JPEG using JFIF encoding

GIF

Graphics Interchange Format

IEF

Image Exchange Format

G3FAX

Group 3 facsimile

TIFF

Tagged Image File Format

CGM

Computer Graphics Metafile

PNG

Portable Network Graphics

Table 1. Seven image formats [1]

The content-type header field might look like this:

Content-type: image/gif; name="puffy.gif"

Audio Media Type

Audio media type is content type for digitized audio (e.g., human speech or a soundtrack). Since there is no consensus on an ideal audio format for computers, the initial subtype "basic" is specified to meet the requirements by providing the lowest common audio format. This format uses single-channel 8-bit pulse coded modulation (PCM) with a 8000-Hz sample rate [1]. It is hoped that future RFCs will standardize subtypes suitable for music up to CD quality.

Video Media Type

This media type indicates the presence of moving images, possibly with color and sound. Currently defined subtypes include MPEG and Quicktime [1]. The idea of video media type is not to refer ant particular technology or format or preclude other subtypes encoded compactly.

Application Media Type

The application media type is to be used for data which do not fit in any other categories and particularly for data files useful to some application programs (e.g., Microsoft Word or Excel). The contained information must be processed by an application before it can be viewed. Initially two subtypes were defined; octet-stream and postscript [7]. Octet-stream subtype is used to indicate a basic stream of raw binary data. All unrecognized subtypes must be treates as being equivalent to "application/octet-stream" subtype. This media type is usually associated with parameter indicating the name of application file. The content-type header field might like look like this:

Content-type: application/octet-stream; name="format.exe"

Multipart Media Type

The "multipart" content types allow one to more subparts in a single message body. This media type can appear only in message main headers and requires one parameter, boundary. Each of message subparts are delimited by a boundary delimiter line which is unique to message data. After its boundary delimiter line, each subpart has its own headers to specify details about that subpart and body. Thus a message subpart is similar to an RFC 822 message, but is not to be interpreted as actually being one. A typical "multipart" content-type header field might look like this:

Content-Type: multipart/mixed; boundary=gc0p4Jq0M2Yt08j34c0p

And associated boundary delimiter line is:

--gc0p4Jq0M2Yt08j34c0p

In composite message the various subparts do not (in general) all have to be of the same content type. These content types are as follows.

Message Media Type

This media type was defined to facilitate the encapsulation of another mail message. It has been suggested that "message" subtypes are defined for forwarded and rejected messages [7]. Although they can be handled as multipart messages. Currently there are three defined subtypes.
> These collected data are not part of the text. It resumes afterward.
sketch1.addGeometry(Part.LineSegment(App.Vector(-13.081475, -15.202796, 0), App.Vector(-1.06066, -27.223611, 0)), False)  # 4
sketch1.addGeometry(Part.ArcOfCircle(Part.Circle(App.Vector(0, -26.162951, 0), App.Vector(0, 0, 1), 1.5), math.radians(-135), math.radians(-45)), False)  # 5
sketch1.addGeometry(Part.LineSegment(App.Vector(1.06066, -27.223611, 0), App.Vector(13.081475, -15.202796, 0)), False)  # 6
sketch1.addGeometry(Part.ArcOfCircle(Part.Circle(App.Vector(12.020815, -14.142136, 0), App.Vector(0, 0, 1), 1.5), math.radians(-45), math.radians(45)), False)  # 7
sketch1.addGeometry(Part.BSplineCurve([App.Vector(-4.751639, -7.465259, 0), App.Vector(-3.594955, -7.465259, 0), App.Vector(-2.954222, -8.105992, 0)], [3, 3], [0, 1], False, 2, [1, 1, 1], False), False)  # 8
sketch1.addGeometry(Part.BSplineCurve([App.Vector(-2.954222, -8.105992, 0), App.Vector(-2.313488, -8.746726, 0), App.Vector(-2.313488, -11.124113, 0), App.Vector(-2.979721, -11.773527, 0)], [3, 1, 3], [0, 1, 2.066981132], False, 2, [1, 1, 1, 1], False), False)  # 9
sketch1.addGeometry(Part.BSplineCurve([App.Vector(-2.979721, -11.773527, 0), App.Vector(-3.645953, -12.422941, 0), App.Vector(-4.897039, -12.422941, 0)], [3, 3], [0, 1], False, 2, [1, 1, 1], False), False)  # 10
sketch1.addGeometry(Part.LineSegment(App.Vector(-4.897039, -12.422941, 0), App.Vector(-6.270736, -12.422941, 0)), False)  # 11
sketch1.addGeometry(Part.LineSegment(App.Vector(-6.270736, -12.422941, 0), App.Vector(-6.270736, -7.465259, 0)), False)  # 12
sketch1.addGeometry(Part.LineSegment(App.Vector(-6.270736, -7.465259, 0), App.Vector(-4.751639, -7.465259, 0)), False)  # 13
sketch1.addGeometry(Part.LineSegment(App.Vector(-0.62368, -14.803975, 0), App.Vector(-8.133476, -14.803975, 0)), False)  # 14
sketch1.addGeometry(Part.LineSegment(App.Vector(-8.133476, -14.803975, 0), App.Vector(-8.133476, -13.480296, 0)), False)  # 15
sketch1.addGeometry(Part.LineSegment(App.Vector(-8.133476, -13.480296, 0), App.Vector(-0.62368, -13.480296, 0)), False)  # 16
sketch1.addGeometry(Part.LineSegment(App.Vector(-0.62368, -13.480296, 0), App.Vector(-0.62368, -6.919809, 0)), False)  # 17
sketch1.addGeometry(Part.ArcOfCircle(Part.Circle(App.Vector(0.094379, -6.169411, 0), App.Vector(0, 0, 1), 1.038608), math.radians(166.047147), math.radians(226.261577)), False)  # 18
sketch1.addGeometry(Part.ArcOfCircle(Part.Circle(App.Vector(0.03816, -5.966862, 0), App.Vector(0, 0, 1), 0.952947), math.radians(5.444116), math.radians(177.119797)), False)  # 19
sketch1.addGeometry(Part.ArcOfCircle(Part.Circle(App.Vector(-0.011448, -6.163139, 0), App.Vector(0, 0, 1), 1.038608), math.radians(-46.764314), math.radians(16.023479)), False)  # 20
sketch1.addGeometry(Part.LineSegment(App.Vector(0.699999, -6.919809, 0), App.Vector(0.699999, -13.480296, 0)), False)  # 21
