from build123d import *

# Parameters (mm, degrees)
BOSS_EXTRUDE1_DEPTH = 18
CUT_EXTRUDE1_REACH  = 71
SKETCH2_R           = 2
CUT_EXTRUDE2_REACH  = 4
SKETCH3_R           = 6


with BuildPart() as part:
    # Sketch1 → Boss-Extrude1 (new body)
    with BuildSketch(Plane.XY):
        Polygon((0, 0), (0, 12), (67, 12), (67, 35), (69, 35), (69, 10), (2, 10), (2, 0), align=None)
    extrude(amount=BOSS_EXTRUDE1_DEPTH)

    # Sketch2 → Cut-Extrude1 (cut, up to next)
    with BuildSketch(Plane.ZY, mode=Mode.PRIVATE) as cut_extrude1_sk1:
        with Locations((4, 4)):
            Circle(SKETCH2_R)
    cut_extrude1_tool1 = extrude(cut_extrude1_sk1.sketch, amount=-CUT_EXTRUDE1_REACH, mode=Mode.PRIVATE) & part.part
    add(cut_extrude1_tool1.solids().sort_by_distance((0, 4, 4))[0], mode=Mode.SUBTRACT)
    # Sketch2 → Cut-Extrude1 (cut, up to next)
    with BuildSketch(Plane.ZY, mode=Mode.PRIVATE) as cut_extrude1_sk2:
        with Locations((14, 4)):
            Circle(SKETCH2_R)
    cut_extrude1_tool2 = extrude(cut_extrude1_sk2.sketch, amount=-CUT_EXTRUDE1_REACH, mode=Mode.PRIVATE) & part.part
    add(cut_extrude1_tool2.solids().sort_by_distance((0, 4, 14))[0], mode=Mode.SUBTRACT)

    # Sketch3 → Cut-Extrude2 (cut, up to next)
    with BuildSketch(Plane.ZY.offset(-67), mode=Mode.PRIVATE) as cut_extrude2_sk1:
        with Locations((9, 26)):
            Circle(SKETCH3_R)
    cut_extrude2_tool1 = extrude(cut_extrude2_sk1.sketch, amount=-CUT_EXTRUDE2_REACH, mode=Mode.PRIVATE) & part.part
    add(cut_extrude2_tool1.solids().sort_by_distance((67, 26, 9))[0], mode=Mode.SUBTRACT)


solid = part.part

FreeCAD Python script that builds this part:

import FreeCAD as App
import Part
import Sketcher
from FreeCAD import Vector
Q = App.Units.Quantity

doc = App.newDocument("Part")
body = doc.addObject("PartDesign::Body", "Body")

# Sketch on XY plane
sketch1 = body.newObject("Sketcher::SketchObject", "Sketch")
sketch1.AttachmentSupport = (doc.getObject("XY_Plane"), [""])
sketch1.MapMode = "FlatFace"
sketch1.addGeometry(Part.LineSegment(Vector(0, 12, 0), Vector(0, 0, 0)), False)
sketch1.addGeometry(Part.LineSegment(Vector(0, 0, 0), Vector(2, 0, 0)), False)
sketch1.addGeometry(Part.LineSegment(Vector(2, 0, 0), Vector(2, 10, 0)), False)
sketch1.addGeometry(Part.LineSegment(Vector(2, 10, 0), Vector(69, 10, 0)), False)
sketch1.addGeometry(Part.LineSegment(Vector(69, 10, 0), Vector(69, 35, 0)), False)
sketch1.addGeometry(Part.LineSegment(Vector(69, 35, 0), Vector(67, 35, 0)), False)
sketch1.addGeometry(Part.LineSegment(Vector(67, 35, 0), Vector(67, 12, 0)), False)
sketch1.addGeometry(Part.LineSegment(Vector(67, 12, 0), Vector(0, 12, 0)), False)
sketch1.addConstraint(Sketcher.Constraint("Coincident", 0, 2, 1, 1))
sketch1.addConstraint(Sketcher.Constraint("Coincident", 1, 2, 2, 1))
sketch1.addConstraint(Sketcher.Constraint("Coincident", 2, 2, 3, 1))
sketch1.addConstraint(Sketcher.Constraint("Coincident", 3, 2, 4, 1))
sketch1.addConstraint(Sketcher.Constraint("Coincident", 4, 2, 5, 1))
sketch1.addConstraint(Sketcher.Constraint("Coincident", 5, 2, 6, 1))
sketch1.addConstraint(Sketcher.Constraint("Coincident", 6, 2, 7, 1))
sketch1.addConstraint(Sketcher.Constraint("Coincident", 7, 2, 0, 1))
sketch1.addConstraint(Sketcher.Constraint("Vertical", 0))
sketch1.addConstraint(Sketcher.Constraint("Horizontal", 1))
sketch1.addConstraint(Sketcher.Constraint("Vertical", 2))
sketch1.addConstraint(Sketcher.Constraint("Horizontal", 3))
sketch1.addConstraint(Sketcher.Constraint("Vertical", 4))
sketch1.addConstraint(Sketcher.Constraint("Horizontal", 5))
sketch1.addConstraint(Sketcher.Constraint("Vertical", 6))
sketch1.addConstraint(Sketcher.Constraint("Horizontal", 7))
sketch1.addConstraint(Sketcher.Constraint("Coincident", 0, 2, -1, 1))
sketch1.addConstraint(Sketcher.Constraint("Equal", 1, 5))
sketch1.addConstraint(Sketcher.Constraint("DistanceX", 1, 1, 1, 2, Q("2 mm")))
sketch1.addConstraint(Sketcher.Constraint("DistanceX", 3, 1, 3, 2, Q("67 mm")))
sketch1.addConstraint(Sketcher.Constraint("DistanceY", 0, 2, 0, 1, Q("12 mm")))
sketch1.addConstraint(Sketcher.Constraint("DistanceY", 2, 1, 2, 2, Q("10 mm")))
sketch1.addConstraint(Sketcher.Constraint("DistanceY", 4, 1, 4, 2, Q("25 mm")))
pad1 = body.newObject("PartDesign::Pad", "Pad")
pad1.Profile = sketch1
pad1.Length = 18

# Sketch on YZ plane
sketch2 = body.newObject("Sketcher::SketchObject", "Sketch001")
sketch2.AttachmentSupport = (doc.getObject("YZ_Plane"), [""])
sketch2.MapMode = "FlatFace"
sketch2.addGeometry(Part.Circle(Vector(4, 4, 0), Vector(0, 0, 1), 2), False)
sketch2.addConstraint(Sketcher.Constraint("Diameter", 0, Q("4 mm")))
sketch2.addConstraint(Sketcher.Constraint("DistanceX", -1, 1, 0, 3, Q("4 mm")))
sketch2.addConstraint(Sketcher.Constraint("DistanceY", -1, 1, 0, 3, Q("4 mm")))
pocket1 = body.newObject("PartDesign::Pocket", "Pocket")
pocket1.Profile = sketch2
pocket1.Type = "UpToFirst"
pocket1.Reversed = True

# Sketch on YZ plane
sketch3 = body.newObject("Sketcher::SketchObject", "Sketch002")
sketch3.AttachmentSupport = (doc.getObject("YZ_Plane"), [""])
sketch3.MapMode = "FlatFace"
sketch3.addGeometry(Part.Circle(Vector(4, 14, 0), Vector(0, 0, 1), 2), False)
sketch3.addConstraint(Sketcher.Constraint("Diameter", 0, Q("4 mm")))
sketch3.addConstraint(Sketcher.Constraint("DistanceX", -1, 1, 0, 3, Q("4 mm")))
sketch3.addConstraint(Sketcher.Constraint("DistanceY", -1, 1, 0, 3, Q("14 mm")))
pocket2 = body.newObject("PartDesign::Pocket", "Pocket001")
pocket2.Profile = sketch3
pocket2.Type = "UpToFirst"
pocket2.Reversed = True

# Sketch on YZ plane
sketch4 = body.newObject("Sketcher::SketchObject", "Sketch003")
sketch4.AttachmentSupport = (doc.getObject("YZ_Plane"), [""])
sketch4.MapMode = "FlatFace"
sketch4.AttachmentOffset = App.Placement(Vector(0, 0, 67), App.Rotation())
sketch4.addGeometry(Part.Circle(Vector(26, 9, 0), Vector(0, 0, 1), 6), False)
sketch4.addConstraint(Sketcher.Constraint("Diameter", 0, Q("12 mm")))
sketch4.addConstraint(Sketcher.Constraint("DistanceX", -1, 1, 0, 3, Q("26 mm")))
sketch4.addConstraint(Sketcher.Constraint("DistanceY", -1, 1, 0, 3, Q("9 mm")))
pocket3 = body.newObject("PartDesign::Pocket", "Pocket002")
pocket3.Profile = sketch4
pocket3.Type = "UpToFirst"
pocket3.Reversed = True

doc.recompute()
Content-Transfer-Encoding header field

Several media types presented here are represented in their natural format, as 8-bit character or binary data. Such data cannot be transmtter over some transfer protocols, because they restrict messages to 7-bit data with possibly maximum line length (e.g, SMTP). For this purpose RFC 2045 defines header field that specifies what encoding transformation must be used to restore the body to its original form and what the domain of the result is. Three encoding transformations are currently defined: identity, "quoted-printable" encoding and "base64" encoding [6].

Identity

Identity serves simply as an indicator of the domain of the body data and provides information what sort of encoding might be needed for transmission. The domains are "7bit", "8bit" and "binary". [6]

Quoted-printable

This encoding transformation allows 8-bit characters to be represented by 7-bit characters using a "quoting" mechanism. Any 8-bit character can be represented by a group of three 7-bit character; an equals sign and two hexadecimal digits representing any value between 0 and 255 decimal. If data being encoded is mostly US-ASCII, the encoded form of data. remains largely readable to human and is in this case more efficient that base64 encoding.

Base64

Base64 encoding scheme is designed to represent arbitrary octet sequence in a form that need not to be readable for human. Encoding transformation uses a 65-character subset of US-ASCII to represent three 8-bit character in a group of four 6-bit characters from transformation table. Reverse algorithm is used when decoding data. This encoding transformation is more efficient than "quoted-printable" encoding, if encoded data is general binary data .

Content-ID header field

"Content-ID" header field is syntactically similar to RFC 822 "Message-ID" header field. In MIME message bodies may be labelled using "Content-ID" header field. Like "Message-ID" header field, the "Content-ID" header field value should be world-unique" This header field is required only in the "multipart/external-body" content type [6]. In "multipart/alternative" content type message subparts with same "Content-ID" header field have identical information (i.e. no information is lossed if translated).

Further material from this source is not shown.